For a glimpse into Australia’s future in a rapidly changing climate, have a look at Queensland, our most hazard-prone state.
Recent government data shows that in the past three years, 60 of the state’s 77 local government areas (LGAs) have suffered three or more major climate-related disasters. In the same period, almost one-third of them have endured five or more disasters, a massive increase from a decade ago (chart below).
It would be comforting to be able to attribute this increase solely to ‘natural’ extreme El Niño or La Niña weather patterns, but climate change is likely amplifying both phenomena and increasing their frequency.
Alarm bells should be sounding at the prospect of this trend continuing and spreading across all of Australia. But research has shown there can be a ‘boiling frog’ effect on perceptions of climate impacts. In Australia, the impacts are manifested in events with which we are historically familiar—droughts, floods and fires.
The public’s reference point for ‘normal conditions’ is based on the weather experienced between two and eight years ago. And they are less likely to regard climate events as extreme if they have been previously exposed to them either directly or through media reports.
Climate change may be becoming the ‘new normal’ in all the wrong ways.
This means that all our existing emergency management planning and investments must be reality-checked against this rapidly emerging environment. We need to identify which of our current assumptions and programs will continue to be fit-for-purpose and identify innovative responses that match the scale of the change that is already underway and accelerating.
We currently spend far more on responding to, and recovering from, disasters, than on reducing future disaster and climate risk. We need to invest much more in the latter.
That begins with having a clear-eyed view of the challenge before us. Australia’s emergency response and disaster management processes and procedures are based on our historical experience of hazards and disasters. But history is no longer reliable. Like never before, the fire ‘season’ is expanding rapidly, cyclones are becoming more powerful and destructive and may be tracking further south, intense rainfall is shattering historical records and ‘weather whiplash’—wild swings between many extremes—is accelerating the danger and undermining community resilience.
This should not be surprising. The climate is now the warmest it has been in at least the last 100,000 years. To put that figure into context, the Great Pyramids were constructed about 4,000 years ago and Neanderthals died out about 40,000 years ago. We are clearly entering uncharted waters.
In 2011 the National Strategy for Disaster Resilience report stated that ‘it is uncommon for a disaster to be so large that it is beyond the capacity of a state or territory government to deal with it effectively’. This statement is rapidly becoming outdated. The fundamental reference point for our emergency planning must now become the extent to which we are reducing the risks of intensifying, increasingly national-scale disasters with rapidly diminishing time for communities to recover between events.

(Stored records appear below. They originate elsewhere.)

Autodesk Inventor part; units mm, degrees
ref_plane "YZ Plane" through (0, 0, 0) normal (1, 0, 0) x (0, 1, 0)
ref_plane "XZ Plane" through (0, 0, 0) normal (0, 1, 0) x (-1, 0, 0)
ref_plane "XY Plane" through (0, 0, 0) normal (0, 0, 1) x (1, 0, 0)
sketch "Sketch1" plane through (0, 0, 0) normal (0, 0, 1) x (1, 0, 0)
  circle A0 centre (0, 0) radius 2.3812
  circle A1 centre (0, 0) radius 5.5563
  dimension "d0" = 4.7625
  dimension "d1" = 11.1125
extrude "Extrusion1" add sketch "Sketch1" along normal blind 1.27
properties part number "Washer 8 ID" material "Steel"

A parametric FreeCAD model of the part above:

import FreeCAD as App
import Part
import Sketcher
Q = App.Units.Quantity

doc = App.newDocument("Part")
params = doc.addObject("Spreadsheet::Sheet", "Params")
for row, (alias, value) in enumerate([
    ("sketch1_diameter", "0.4375 in"),
    ("sketch1_diameter2", "0.1875 in"),
    ("pad1_length", "0.05 in"),
], start=1):
    params.set(f"A{row}", alias)
    params.set(f"B{row}", "=" + value)
    params.setAlias(f"B{row}", alias)

body = doc.addObject("PartDesign::Body", "Body")

sketch1 = body.newObject("Sketcher::SketchObject", "Sketch")
sketch1.AttachmentSupport = (doc.getObject("XY_Plane"), [""])
sketch1.MapMode = "FlatFace"
sketch1.addGeometry(Part.Circle(App.Vector(0, 0, 0), App.Vector(0, 0, 1), 5.6), False)
sketch1.addGeometry(Part.Circle(App.Vector(0, 0, 0), App.Vector(0, 0, 1), 2.4), False)
sketch1.addConstraint(Sketcher.Constraint("Coincident", 0, 3, -1, 1))
sketch1.addConstraint(Sketcher.Constraint("Coincident", 1, 3, -1, 1))
sketch1.addConstraint(Sketcher.Constraint("Diameter", 0, Q("0.4375 in")))
sketch1.addConstraint(Sketcher.Constraint("Diameter", 1, Q("0.1875 in")))
sketch1.setExpression("Constraints[2]", "Params.sketch1_diameter")
sketch1.setExpression("Constraints[3]", "Params.sketch1_diameter2")
pad1 = body.newObject("PartDesign::Pad", "Pad")
pad1.Profile = sketch1
pad1.setExpression("Length", "Params.pad1_length")

doc.recompute()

This will require addressing a profoundly separate set of strategic challenges, beginning immediately: How do we provide relief to exhausted emergency services personnel and volunteer emergency responders in an environment of, intensifying, back-to-back disasters? Will we be able to maintain the current level of response without a massive increase in personnel? How will governments meet the growing need for mental health support in communities buffeted by multiple, consecutive disasters? Given the existing shortage of skilled trades people, where will we find the tradies to rebuild homes and other infrastructure in this emerging era of disasters?

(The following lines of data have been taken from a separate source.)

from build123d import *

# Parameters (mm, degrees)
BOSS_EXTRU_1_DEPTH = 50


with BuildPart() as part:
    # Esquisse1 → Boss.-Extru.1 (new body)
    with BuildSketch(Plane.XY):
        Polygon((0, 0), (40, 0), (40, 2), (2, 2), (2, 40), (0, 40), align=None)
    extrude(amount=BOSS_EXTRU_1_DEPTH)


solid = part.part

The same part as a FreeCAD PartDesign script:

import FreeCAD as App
import Part
import Sketcher

V = App.Vector
Q = App.Units.Quantity


def add_polygon(sketch, points):
    """Adds a closed chain of lines whose ends are joined by coincident constraints."""
    first, n = sketch.GeometryCount, len(points)
    for a, b in zip(points, points[1:] + points[:1]):
        sketch.addGeometry(Part.LineSegment(App.Vector(*a, 0), App.Vector(*b, 0)), False)
    for i in range(n):
        sketch.addConstraint(Sketcher.Constraint("Coincident", first + i, 2, first + (i + 1) % n, 1))

doc = App.newDocument("Part")
body = doc.addObject("PartDesign::Body", "Body")

# Sketch on XY plane
sketch1 = body.newObject("Sketcher::SketchObject", "Sketch")
sketch1.AttachmentSupport = (doc.getObject("XY_Plane"), [""])
sketch1.MapMode = "FlatFace"
add_polygon(sketch1, [(0, 0), (40, 0), (40, 2), (2, 2), (2, 40), (0, 40)])  # lines 0-5
sketch1.addConstraint([
    Sketcher.Constraint("Horizontal", 0),
    Sketcher.Constraint("Vertical", 1),
    Sketcher.Constraint("Horizontal", 2),
    Sketcher.Constraint("Vertical", 3),
    Sketcher.Constraint("Horizontal", 4),
    Sketcher.Constraint("Vertical", 5),
    Sketcher.Constraint("Coincident", 5, 2, -1, 1),
    Sketcher.Constraint("Equal", 4, 1),
    Sketcher.Constraint("Equal", 2, 3),
    Sketcher.Constraint("DistanceX", 0, 1, 0, 2, Q("40 mm")),
    Sketcher.Constraint("DistanceX", 2, 2, 2, 1, Q("38 mm")),
])
pad1 = body.newObject("PartDesign::Pad", "Pad")
pad1.Profile = sketch1
pad1.Length = 50

doc.recompute()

Australia’s largest insurer, IAG, estimated in 2016 that 28% of our GDP and 25% of Australians are in areas with high to extreme risk of flood and about 11% of GDP and 10% of people are in places with high and extreme risk of bushfire. These numbers are certainly much larger today, due to population growth and development, and because climate change is expanding the areas at risk.
Major insurers have recently begun increasing the costs of policies and withdrawing from markets where climate change is accelerating the risk of extreme hazards. Given the scale of our economic exposure suggested by IAG, if insurance becomes unavailable or unaffordable, the government will need to step in at enormous cost.

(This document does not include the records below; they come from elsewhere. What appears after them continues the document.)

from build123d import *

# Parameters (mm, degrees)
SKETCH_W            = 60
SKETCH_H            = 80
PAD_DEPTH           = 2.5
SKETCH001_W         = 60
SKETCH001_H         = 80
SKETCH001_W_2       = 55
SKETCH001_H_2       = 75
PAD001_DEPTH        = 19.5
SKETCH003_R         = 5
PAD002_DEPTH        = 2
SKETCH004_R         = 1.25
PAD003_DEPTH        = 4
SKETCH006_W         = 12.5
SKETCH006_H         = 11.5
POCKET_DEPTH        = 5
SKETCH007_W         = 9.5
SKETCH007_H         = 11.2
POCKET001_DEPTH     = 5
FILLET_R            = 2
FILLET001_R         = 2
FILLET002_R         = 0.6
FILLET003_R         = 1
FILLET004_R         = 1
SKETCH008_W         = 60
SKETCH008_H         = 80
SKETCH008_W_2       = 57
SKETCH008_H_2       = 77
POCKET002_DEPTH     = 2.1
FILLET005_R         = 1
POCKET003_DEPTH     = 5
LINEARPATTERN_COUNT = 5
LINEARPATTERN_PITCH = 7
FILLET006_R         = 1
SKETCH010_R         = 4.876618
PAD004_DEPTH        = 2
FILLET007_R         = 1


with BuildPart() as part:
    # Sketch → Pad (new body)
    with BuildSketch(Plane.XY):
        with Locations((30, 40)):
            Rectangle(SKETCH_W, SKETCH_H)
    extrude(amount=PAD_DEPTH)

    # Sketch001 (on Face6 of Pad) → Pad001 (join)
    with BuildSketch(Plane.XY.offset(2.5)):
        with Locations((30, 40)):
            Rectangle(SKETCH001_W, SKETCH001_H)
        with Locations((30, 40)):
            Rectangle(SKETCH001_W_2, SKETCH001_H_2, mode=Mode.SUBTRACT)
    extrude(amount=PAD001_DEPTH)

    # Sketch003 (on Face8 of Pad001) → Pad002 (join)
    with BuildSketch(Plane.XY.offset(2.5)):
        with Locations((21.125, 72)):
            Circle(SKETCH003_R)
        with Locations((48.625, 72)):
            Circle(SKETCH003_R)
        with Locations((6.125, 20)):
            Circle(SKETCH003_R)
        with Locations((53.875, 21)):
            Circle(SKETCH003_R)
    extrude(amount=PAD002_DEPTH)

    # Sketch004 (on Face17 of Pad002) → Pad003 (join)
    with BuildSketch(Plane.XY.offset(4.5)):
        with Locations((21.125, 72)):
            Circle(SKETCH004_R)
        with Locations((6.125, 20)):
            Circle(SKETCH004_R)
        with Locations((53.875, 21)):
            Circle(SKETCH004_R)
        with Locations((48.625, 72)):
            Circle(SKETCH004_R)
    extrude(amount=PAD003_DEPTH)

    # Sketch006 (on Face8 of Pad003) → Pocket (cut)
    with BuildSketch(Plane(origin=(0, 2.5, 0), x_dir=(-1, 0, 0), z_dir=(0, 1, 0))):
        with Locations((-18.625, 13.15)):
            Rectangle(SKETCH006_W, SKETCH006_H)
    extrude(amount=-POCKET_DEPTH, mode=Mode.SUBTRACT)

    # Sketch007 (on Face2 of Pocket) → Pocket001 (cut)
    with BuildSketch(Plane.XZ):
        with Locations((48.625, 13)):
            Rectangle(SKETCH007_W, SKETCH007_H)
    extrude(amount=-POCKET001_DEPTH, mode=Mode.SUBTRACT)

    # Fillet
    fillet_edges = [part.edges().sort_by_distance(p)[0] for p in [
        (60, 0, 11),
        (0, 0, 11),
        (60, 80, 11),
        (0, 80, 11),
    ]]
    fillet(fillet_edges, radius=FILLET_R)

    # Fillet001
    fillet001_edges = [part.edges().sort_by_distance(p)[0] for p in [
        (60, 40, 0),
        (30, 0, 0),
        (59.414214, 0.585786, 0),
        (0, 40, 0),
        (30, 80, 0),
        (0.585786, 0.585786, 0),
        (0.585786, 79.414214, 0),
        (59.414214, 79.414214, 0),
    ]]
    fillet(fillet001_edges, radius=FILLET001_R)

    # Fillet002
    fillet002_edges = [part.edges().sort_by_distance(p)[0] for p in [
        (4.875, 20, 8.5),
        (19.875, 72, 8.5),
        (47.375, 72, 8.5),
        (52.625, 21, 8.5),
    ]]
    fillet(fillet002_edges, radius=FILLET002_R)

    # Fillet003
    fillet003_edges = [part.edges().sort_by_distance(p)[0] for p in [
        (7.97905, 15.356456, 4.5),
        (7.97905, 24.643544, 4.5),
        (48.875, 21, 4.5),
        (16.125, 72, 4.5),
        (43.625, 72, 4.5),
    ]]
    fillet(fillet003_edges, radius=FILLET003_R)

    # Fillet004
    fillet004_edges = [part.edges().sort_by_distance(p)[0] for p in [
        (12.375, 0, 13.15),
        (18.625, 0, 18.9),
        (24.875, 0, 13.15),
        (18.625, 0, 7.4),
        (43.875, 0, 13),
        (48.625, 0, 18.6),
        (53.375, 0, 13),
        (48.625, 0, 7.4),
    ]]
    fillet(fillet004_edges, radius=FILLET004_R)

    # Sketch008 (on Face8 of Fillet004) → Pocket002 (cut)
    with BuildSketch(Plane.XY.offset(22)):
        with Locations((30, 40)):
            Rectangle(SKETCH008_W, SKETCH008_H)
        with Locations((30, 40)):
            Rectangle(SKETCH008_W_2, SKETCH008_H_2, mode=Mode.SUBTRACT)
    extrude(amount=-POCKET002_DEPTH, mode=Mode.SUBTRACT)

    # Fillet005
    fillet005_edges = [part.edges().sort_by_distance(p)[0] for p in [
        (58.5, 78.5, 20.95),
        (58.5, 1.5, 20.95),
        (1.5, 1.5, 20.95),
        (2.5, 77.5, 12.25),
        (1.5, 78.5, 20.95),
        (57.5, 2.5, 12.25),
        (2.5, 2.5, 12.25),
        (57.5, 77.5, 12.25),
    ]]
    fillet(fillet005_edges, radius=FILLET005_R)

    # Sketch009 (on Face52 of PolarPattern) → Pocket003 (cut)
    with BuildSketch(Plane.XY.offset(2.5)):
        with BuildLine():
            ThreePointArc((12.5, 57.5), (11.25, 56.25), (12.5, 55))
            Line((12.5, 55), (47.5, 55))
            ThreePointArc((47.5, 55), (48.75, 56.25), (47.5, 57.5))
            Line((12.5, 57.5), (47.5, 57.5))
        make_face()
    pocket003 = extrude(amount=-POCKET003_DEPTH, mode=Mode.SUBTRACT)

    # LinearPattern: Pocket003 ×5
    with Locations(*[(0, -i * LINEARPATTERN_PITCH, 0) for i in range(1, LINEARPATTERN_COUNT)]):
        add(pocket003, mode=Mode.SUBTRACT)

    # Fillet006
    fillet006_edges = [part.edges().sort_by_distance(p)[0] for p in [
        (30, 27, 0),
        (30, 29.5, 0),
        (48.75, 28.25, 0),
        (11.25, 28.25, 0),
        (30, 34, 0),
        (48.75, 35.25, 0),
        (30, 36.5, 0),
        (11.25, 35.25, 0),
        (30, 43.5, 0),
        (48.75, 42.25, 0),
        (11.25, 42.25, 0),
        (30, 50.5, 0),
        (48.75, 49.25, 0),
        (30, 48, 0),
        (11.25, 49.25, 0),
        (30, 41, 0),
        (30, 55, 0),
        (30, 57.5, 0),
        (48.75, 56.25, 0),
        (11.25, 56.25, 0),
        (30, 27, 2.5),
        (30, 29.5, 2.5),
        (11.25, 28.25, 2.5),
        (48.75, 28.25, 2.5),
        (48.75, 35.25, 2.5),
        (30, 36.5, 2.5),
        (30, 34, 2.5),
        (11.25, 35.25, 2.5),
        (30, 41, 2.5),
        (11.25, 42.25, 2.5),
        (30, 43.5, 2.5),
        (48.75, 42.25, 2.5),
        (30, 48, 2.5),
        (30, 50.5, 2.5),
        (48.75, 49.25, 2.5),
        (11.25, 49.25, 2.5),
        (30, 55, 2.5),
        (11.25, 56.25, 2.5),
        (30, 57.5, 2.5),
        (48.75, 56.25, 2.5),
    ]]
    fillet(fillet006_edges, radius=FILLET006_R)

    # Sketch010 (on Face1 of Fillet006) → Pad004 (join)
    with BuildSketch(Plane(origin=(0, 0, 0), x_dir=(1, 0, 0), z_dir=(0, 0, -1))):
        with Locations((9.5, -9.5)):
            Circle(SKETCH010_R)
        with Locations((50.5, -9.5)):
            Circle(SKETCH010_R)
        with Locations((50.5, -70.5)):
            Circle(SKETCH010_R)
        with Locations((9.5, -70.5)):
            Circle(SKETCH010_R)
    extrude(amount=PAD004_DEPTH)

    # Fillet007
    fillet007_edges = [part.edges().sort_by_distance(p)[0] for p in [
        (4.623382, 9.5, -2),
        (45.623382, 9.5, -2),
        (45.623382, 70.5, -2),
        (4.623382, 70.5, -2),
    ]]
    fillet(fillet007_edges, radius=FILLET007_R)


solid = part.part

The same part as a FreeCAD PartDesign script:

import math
import FreeCAD as App
import Part
import Sketcher
Q = App.Units.Quantity


def edges_at(feature, points):
    """Names of the edges that pass closest to the given points."""
    edges = feature.Shape.Edges
    near = lambda p: min(range(len(edges)), key=lambda i: edges[i].distToShape(Part.Vertex(*p))[0])
    return sorted({f"Edge{near(p) + 1}" for p in points})

doc = App.newDocument("Part")
params = doc.addObject("Spreadsheet::Sheet", "Params")
for row, (alias, value) in enumerate([
    ("sketch1_width", "60 mm"),
    ("sketch1_height", "80 mm"),
    ("pad1_length", "2.5 mm"),
    ("sketch2_width", "60 mm"),
    ("sketch2_width2", "55 mm"),
    ("sketch2_height", "80 mm"),
    ("sketch2_height2", "75 mm"),
    ("pad2_length", "19.5 mm"),
    ("sketch3_diameter", "10 mm"),
    ("pad3_length", "2 mm"),
    ("sketch4_diameter", "2.5 mm"),
    ("pad4_length", "4 mm"),
    ("sketch5_width", "12.5 mm"),
    ("sketch5_height", "11.5 mm"),
    ("pocket1_length", "5 mm"),
    ("sketch6_width", "9.5 mm"),
    ("sketch6_height", "11.2 mm"),
    ("pocket2_length", "5 mm"),
    ("fillet_radius", "2 mm"),
    ("fillet2_radius", "2 mm"),
    ("fillet3_radius", "0.6 mm"),
    ("fillet4_radius", "1 mm"),
    ("fillet5_radius", "1 mm"),
    ("sketch7_width", "60 mm"),
    ("sketch7_width2", "57 mm"),
    ("sketch7_height", "80 mm"),
    ("sketch7_height2", "77 mm"),
    ("pocket3_length", "2.1 mm"),
    ("fillet6_radius", "1 mm"),
    ("sketch8_width", "35 mm"),
    ("sketch8_radius", "1.25 mm"),
    ("pocket4_length", "5 mm"),
    ("linearpattern_pitch", "7 mm"),
    ("fillet7_radius", "1 mm"),
    ("pad5_length", "2 mm"),
    ("fillet8_radius", "1 mm"),
], start=1):
    params.set(f"A{row}", alias)
    params.set(f"B{row}", "=" + value)
    params.setAlias(f"B{row}", alias)

body = doc.addObject("PartDesign::Body", "Body")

One response is to avoid building in these hazard zones. In the wake of recent record-setting floods, the federal government is supporting NSW and Queensland’s implementation of the largest home buy-back scheme in Australia’s history, to encourage owners to re-locate homes away from extreme flood risk. But these innovative and useful measures are extremely expensive, and it is unlikely that we can afford to regularly repeat and expand them.
Australia has the potential to become one of the world’s most climate and disaster resilient countries in the world. We cannot avoid our high exposure to existing climate hazards, but we can reduce our vulnerability by making better choices about where we live, how we build our infrastructure, which technologies we invest in, by strengthening social capital in our communities and—fundamentally—by accelerating our transition from fossil fuels to renewables and advocating for other countries to do the same. Queensland’s experience with disasters suggest we need to move in these directions much faster than we realise.